Nobody around Ithaca is fooled by the balmy late December weather. OK, a few dreadlocked boneheads were careening around the Commons shirtless yesterday. Smoked a little too much Salvia or is that Saliva, eh? What the fuck is Salvia anyway? All the headshops along botiqueland boulevard are advertising it.
The oldtimers know that winter is just getting warmed up. In another few days Ithaca will once again be encased in a frozen jello mold of dirty snow and ice. Waiting for mister groundhog. Like some fuzzy godot. A few idiots will leave their xmas lights up until April to fool themselves into thinking that there is something to look forward to in life.
Ez knows there is nothing to look forward to. No pancake dinners. No holidays on ice. No terrorist attacks. Nothing. This is Ithaca in winter. Hunker down.
Well, at least, we have tv. Hyperreality in a box. Let your brain fall asleep. And you can always look forward to the Thursday night lineup. Autopsy night.
What's the story with the sudden revival of medical examiner shows? Tell the truth now. Didn't you used to like to watch Quincy? Despite the bozo they got to play the loveable coroner, that show had merit. Except they never showed the good stuff - you know - lacerated heart muscles, eyeballs rolling around Las Vegas parking lots, headless torsos buried in the desert sand. At least you could imagine Quincy cutting a chest open. You could hear the whirring sound of a buzz saw rippling through a cranial shell even if you couldn't see it.
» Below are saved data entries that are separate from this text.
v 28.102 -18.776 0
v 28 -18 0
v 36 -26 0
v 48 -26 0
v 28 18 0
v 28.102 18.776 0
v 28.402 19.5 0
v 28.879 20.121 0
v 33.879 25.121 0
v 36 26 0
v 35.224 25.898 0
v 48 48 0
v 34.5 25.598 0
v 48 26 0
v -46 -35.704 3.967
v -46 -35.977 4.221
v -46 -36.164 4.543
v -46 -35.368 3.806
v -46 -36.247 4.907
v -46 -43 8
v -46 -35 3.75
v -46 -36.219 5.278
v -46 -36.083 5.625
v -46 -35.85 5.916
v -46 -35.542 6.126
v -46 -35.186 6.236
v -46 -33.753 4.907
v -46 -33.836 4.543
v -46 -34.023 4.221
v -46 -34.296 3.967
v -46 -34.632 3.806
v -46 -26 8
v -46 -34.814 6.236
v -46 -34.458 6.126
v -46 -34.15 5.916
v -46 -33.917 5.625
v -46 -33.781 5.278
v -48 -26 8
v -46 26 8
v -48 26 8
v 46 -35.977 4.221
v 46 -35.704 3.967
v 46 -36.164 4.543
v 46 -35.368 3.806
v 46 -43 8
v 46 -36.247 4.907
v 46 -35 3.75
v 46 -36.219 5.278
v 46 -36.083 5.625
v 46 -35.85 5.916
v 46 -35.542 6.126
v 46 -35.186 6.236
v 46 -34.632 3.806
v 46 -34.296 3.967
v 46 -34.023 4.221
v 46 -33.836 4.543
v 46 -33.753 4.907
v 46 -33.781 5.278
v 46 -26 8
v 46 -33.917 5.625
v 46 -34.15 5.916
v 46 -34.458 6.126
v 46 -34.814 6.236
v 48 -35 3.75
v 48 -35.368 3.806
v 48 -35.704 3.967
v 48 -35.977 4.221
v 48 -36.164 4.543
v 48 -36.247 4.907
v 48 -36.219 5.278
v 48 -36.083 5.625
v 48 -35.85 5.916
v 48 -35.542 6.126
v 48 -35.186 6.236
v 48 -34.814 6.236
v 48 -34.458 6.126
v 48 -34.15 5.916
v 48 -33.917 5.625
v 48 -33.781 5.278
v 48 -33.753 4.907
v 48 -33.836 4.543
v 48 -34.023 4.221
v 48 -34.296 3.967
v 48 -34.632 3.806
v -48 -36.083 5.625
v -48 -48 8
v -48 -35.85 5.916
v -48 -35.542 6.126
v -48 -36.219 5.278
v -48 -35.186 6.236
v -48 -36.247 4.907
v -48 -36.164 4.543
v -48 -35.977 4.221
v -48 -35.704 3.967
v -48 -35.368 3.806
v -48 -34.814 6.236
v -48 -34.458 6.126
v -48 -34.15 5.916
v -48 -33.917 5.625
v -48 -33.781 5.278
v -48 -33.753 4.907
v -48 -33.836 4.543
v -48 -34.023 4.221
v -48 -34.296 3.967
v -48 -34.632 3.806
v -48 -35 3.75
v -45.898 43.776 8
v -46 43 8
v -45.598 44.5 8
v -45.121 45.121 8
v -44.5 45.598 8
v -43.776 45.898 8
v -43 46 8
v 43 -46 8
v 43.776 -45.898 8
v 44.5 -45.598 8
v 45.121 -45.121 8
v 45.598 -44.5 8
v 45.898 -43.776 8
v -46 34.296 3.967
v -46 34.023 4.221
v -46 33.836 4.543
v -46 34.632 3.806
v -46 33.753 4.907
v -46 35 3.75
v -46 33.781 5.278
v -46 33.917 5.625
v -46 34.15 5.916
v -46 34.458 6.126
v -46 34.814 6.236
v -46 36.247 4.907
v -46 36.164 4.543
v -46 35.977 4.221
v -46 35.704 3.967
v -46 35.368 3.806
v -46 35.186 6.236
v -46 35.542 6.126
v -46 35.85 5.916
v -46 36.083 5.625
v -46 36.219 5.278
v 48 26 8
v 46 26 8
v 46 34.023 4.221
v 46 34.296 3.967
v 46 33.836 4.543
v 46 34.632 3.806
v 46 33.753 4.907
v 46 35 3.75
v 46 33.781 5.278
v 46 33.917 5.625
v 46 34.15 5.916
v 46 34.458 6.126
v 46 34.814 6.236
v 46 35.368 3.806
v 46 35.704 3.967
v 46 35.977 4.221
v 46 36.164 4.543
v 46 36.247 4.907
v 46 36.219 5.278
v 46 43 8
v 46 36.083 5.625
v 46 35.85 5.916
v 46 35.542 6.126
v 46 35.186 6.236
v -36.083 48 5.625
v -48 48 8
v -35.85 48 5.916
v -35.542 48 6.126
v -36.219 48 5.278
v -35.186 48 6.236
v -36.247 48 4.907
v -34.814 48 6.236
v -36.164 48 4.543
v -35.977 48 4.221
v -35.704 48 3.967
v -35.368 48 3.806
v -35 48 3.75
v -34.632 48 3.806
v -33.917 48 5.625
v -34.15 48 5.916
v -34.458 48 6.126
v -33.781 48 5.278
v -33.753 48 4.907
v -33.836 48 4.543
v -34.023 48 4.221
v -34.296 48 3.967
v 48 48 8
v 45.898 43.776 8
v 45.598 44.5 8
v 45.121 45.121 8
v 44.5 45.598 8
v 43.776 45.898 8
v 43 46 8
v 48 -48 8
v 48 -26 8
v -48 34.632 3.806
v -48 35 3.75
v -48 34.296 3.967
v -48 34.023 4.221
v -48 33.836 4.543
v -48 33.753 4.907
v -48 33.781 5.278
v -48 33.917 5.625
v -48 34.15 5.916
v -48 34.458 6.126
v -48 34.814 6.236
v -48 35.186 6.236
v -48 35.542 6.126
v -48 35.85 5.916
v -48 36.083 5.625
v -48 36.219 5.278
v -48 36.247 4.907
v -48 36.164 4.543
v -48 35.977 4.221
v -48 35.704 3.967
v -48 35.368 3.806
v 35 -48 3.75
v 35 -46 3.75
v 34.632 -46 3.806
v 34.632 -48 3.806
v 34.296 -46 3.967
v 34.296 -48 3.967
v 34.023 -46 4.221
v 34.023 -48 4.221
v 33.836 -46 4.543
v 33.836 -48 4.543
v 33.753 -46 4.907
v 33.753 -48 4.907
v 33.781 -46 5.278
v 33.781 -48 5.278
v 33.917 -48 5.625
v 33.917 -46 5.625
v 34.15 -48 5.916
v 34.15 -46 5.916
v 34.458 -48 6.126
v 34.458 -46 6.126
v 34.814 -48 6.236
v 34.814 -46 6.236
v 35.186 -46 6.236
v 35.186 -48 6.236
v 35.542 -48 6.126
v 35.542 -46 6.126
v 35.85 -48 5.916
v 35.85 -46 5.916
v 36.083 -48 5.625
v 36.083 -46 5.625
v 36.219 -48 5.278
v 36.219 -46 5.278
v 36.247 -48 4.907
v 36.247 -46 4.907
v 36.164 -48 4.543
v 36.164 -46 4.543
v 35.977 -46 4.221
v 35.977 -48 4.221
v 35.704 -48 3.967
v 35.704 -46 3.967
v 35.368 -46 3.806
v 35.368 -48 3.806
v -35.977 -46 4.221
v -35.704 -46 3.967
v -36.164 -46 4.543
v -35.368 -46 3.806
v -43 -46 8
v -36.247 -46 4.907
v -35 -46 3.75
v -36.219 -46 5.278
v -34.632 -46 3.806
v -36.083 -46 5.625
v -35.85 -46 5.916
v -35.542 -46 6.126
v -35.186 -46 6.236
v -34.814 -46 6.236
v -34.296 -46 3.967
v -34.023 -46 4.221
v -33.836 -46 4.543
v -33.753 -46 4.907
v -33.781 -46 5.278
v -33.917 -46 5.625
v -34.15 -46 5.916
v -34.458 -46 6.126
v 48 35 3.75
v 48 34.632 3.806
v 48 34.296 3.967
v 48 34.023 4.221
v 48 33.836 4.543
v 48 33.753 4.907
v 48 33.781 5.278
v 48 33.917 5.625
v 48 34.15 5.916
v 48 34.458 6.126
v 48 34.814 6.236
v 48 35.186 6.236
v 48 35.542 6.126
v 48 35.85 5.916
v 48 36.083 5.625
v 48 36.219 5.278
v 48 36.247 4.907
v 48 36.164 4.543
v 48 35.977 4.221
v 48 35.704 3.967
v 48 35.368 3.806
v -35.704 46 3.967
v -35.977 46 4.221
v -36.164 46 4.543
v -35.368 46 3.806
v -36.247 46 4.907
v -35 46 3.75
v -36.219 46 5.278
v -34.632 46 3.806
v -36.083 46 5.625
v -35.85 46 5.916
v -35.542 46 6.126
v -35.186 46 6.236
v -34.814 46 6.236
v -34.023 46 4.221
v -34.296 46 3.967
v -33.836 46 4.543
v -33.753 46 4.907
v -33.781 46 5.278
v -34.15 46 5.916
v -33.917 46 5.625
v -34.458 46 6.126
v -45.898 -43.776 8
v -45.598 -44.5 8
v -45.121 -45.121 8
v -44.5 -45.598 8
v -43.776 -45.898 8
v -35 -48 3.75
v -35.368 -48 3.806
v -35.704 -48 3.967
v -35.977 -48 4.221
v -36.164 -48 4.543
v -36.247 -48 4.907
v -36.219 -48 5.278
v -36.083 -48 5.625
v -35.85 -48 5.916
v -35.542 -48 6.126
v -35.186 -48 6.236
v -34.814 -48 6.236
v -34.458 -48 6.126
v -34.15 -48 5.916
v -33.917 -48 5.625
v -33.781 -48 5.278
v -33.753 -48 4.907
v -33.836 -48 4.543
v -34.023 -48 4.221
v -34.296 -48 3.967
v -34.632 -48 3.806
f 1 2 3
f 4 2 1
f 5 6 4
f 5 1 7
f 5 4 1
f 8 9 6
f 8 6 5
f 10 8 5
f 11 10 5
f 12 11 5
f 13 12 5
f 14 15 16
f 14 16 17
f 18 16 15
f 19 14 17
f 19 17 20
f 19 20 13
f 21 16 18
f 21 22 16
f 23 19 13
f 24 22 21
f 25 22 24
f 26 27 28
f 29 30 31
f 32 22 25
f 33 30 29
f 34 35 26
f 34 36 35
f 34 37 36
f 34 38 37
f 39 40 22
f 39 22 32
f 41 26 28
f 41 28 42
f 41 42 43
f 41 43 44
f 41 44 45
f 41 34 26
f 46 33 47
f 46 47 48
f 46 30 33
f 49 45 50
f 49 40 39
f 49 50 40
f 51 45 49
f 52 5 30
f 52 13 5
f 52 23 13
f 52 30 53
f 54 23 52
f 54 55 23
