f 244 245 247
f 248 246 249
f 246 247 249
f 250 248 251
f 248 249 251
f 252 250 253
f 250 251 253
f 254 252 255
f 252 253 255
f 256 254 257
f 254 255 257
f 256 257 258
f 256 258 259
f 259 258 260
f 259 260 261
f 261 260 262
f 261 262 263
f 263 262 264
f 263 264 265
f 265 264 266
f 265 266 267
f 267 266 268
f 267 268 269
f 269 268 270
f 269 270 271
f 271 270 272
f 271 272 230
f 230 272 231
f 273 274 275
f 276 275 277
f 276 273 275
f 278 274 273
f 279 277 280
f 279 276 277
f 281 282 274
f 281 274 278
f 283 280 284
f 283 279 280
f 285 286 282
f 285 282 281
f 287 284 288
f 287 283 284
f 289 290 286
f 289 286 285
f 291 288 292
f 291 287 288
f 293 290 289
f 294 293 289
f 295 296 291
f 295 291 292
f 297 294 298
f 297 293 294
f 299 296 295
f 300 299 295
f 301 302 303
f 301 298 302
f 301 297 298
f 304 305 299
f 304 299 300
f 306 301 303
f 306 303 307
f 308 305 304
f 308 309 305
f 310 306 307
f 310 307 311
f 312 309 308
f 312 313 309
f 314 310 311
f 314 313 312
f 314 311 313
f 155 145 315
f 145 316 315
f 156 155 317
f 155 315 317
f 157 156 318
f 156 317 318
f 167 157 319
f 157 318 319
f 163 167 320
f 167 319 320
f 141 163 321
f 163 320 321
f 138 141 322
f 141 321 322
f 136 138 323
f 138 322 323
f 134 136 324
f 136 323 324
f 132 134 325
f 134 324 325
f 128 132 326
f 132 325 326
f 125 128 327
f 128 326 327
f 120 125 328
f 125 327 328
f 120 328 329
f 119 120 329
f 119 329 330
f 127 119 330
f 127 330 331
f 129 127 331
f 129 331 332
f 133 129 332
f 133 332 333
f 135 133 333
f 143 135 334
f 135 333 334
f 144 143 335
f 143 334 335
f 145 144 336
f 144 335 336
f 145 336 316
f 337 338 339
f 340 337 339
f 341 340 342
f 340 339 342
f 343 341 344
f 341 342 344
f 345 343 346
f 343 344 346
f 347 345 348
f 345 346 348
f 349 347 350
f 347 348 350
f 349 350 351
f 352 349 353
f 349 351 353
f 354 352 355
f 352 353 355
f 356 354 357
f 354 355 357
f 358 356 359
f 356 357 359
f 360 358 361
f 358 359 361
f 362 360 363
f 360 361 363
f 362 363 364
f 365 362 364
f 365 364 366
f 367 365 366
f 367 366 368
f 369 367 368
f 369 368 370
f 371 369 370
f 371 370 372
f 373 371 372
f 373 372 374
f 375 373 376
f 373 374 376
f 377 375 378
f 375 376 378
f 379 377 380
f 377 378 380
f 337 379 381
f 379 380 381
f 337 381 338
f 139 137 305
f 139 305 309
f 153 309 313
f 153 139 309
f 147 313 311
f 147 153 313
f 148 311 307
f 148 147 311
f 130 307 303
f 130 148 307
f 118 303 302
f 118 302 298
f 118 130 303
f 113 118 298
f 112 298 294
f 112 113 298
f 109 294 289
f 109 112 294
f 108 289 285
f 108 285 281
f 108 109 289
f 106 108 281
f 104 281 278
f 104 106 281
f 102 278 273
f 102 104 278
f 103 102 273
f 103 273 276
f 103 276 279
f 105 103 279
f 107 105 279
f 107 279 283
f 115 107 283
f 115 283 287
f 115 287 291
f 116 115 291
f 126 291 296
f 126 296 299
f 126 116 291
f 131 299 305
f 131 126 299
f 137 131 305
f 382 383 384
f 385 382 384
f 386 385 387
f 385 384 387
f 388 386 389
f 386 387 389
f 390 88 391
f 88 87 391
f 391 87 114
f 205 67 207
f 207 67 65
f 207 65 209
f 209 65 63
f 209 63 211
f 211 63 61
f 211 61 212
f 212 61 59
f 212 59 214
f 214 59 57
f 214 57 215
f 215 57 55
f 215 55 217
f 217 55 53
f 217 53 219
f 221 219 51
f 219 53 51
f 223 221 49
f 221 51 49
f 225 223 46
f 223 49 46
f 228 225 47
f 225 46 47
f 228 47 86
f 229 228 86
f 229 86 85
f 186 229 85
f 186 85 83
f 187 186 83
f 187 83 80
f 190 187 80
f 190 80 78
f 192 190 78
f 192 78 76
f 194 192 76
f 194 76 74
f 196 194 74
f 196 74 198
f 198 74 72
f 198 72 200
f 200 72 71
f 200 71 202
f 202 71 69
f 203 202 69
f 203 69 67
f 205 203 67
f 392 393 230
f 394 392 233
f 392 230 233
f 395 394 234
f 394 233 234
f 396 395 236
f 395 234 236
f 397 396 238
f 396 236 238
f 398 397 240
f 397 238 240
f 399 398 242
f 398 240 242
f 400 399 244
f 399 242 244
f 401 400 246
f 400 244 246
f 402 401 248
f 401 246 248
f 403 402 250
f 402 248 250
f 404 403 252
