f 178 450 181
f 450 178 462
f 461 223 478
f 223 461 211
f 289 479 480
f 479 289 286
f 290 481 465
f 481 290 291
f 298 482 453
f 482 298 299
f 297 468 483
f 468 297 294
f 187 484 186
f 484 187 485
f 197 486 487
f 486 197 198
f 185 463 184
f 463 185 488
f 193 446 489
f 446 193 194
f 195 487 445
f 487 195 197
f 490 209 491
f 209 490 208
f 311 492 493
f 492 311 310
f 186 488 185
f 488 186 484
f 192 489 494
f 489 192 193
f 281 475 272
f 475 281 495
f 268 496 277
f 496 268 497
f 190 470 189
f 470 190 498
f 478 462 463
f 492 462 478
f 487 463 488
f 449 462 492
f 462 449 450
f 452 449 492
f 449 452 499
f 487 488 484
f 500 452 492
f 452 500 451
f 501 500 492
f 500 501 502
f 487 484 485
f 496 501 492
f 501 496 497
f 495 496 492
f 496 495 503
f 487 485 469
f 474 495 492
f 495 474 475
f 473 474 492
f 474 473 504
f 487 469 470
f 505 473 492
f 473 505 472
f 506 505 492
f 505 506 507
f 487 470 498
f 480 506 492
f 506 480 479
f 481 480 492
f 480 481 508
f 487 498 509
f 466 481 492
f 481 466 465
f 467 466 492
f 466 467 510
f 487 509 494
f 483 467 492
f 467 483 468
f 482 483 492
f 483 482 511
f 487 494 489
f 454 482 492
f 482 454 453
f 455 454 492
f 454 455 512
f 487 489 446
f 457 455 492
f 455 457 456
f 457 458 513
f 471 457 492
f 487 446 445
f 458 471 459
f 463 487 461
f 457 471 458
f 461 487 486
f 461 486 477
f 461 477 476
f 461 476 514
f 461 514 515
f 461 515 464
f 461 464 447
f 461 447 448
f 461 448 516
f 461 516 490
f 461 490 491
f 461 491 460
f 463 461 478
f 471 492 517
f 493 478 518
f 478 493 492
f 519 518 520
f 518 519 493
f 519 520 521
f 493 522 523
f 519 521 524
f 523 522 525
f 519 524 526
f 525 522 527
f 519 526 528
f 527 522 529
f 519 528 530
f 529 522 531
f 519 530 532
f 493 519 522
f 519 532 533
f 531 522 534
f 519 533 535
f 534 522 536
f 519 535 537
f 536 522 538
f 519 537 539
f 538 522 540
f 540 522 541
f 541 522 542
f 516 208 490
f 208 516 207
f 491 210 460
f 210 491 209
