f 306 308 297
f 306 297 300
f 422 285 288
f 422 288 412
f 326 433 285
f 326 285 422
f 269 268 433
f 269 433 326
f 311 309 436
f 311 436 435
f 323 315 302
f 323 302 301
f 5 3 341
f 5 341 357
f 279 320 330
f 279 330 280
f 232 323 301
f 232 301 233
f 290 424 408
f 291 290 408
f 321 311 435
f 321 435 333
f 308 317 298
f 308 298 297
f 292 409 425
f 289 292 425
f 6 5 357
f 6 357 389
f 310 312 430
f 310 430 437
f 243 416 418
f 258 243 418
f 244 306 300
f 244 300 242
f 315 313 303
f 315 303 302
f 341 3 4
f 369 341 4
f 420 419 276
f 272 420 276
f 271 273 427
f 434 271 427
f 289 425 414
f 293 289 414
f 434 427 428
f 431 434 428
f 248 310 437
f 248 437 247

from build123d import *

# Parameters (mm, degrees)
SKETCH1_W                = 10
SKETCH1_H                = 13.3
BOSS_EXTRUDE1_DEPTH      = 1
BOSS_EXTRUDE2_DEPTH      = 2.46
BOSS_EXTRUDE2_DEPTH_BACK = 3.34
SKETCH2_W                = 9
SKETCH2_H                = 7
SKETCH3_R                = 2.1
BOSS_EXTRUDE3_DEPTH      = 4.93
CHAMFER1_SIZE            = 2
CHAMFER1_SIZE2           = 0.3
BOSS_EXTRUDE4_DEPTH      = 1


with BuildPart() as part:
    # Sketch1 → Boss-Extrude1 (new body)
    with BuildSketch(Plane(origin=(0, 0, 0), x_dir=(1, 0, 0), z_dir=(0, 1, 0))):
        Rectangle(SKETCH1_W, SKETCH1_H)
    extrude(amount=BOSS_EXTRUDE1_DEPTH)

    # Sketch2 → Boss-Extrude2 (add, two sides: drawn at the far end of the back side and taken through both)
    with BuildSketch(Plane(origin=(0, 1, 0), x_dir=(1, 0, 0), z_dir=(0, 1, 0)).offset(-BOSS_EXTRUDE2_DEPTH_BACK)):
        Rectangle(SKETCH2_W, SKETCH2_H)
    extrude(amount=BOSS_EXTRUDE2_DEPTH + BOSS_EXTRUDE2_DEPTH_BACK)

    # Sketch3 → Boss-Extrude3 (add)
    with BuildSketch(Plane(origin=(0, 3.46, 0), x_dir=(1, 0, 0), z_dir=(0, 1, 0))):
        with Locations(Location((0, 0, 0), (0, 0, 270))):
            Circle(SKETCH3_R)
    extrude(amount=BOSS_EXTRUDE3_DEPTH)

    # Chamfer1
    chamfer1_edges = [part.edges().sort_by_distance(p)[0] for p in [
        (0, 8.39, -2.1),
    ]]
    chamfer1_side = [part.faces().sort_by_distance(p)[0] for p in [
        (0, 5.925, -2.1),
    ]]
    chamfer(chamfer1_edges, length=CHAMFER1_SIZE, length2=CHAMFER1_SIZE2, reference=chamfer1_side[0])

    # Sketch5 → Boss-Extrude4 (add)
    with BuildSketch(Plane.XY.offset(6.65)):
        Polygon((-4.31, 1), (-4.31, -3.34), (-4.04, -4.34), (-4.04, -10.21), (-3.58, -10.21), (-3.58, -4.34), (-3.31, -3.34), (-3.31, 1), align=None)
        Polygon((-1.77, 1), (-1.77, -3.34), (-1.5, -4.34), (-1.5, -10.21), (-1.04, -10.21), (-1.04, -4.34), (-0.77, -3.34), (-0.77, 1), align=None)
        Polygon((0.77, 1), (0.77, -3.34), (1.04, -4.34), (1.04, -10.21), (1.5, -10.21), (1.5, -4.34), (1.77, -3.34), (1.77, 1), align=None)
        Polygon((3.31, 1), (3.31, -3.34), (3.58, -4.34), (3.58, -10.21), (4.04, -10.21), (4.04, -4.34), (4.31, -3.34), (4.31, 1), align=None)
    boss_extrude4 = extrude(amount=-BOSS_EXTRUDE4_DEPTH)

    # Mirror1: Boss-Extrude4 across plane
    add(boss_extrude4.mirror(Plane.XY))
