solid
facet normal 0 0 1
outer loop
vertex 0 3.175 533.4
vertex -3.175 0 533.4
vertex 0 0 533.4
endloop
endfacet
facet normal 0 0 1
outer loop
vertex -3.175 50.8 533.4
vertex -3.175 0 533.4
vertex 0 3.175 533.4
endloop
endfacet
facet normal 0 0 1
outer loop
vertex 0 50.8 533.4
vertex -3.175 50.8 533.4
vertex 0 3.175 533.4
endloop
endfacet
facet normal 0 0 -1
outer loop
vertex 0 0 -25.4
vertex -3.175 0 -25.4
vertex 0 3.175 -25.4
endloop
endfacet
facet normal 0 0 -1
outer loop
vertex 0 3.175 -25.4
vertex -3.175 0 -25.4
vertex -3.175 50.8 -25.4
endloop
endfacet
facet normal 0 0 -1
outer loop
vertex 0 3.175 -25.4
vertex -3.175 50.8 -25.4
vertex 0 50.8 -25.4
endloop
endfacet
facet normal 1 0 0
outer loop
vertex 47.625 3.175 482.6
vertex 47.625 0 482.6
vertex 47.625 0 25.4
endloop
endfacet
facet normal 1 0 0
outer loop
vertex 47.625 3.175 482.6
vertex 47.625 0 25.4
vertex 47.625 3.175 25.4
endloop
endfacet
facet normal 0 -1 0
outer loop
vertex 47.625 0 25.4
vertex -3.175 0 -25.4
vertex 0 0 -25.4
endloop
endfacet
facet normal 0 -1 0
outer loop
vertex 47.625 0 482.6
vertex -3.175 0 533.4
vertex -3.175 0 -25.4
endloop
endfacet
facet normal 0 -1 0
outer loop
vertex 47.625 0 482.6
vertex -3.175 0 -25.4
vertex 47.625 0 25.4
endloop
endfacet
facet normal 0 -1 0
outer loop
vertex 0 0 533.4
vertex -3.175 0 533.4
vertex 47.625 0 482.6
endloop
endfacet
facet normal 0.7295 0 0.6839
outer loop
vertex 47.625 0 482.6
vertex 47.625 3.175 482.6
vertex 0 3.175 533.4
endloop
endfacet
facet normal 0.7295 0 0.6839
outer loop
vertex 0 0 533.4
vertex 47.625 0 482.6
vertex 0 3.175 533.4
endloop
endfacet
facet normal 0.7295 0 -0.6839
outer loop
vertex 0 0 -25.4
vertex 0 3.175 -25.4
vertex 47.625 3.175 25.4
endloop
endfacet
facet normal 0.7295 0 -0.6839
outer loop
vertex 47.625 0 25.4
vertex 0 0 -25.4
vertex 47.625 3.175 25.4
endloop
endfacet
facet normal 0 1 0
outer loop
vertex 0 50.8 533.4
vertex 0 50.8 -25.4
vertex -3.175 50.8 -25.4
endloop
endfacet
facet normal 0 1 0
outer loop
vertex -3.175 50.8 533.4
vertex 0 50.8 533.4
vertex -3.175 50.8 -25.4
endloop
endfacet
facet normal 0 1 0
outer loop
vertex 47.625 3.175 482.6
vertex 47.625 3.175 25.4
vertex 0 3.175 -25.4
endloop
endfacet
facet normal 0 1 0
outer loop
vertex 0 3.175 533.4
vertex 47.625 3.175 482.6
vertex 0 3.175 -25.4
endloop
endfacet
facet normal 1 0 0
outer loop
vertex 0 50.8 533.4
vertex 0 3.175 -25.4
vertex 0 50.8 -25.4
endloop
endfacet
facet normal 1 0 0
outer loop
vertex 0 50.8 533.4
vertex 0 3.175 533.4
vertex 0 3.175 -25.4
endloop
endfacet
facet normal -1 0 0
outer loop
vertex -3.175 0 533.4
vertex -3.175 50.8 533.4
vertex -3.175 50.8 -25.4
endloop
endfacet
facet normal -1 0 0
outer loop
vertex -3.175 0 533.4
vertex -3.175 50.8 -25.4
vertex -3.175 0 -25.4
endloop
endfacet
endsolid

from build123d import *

# Parameters (mm, degrees)
F1_DEPTH      = 533.4
F1_DEPTH_BACK = 25.4
F3_DEPTH      = 3.176


with BuildPart() as f1:
    # F0 (on Top) → F1 (new body, two sides)
    with BuildSketch(Plane.XY) as f1_sk:
        Polygon((0, 50.8), (-3.175, 50.8), (-3.175, 0), (47.625, 0), (47.625, 3.175), (0, 3.175), align=None)
    extrude(amount=F1_DEPTH)
    extrude(f1_sk.sketch, amount=-F1_DEPTH_BACK)

    # F2 (on face) → F3 (cut, through all)
    with BuildSketch(Plane(origin=(0, 3.175, 0), x_dir=(-1, 0, 0), z_dir=(0, 1, 0))):
        Polygon((-47.625, 533.4), (-47.625, 482.6), (0, 533.4), align=None)
        Polygon((0, -25.4), (-47.625, 25.4), (-47.625, -25.4), align=None)
    extrude(amount=-F3_DEPTH, mode=Mode.SUBTRACT)


solid = f1.part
Now things have changed. This is the 21st Century, post Patricia Cornwall. TV shows everything right down to the bloated frat dude lying in the tub, looking like a rotting Pillsbury doughboy after being dead for three days. CSI, CSI Miami, Cold Case. Finally, there's something worth watching on tv.
To get us through the winter. To get us through the miserable vacuum of small town life. The Russians drink gallons of vodka. The Laps cuddle with their reindeer. What do Ithacans do? Watch tv, visit the mall and listen to the sounds of their mufflers rusting. Ezra curls up with a good autopsy program.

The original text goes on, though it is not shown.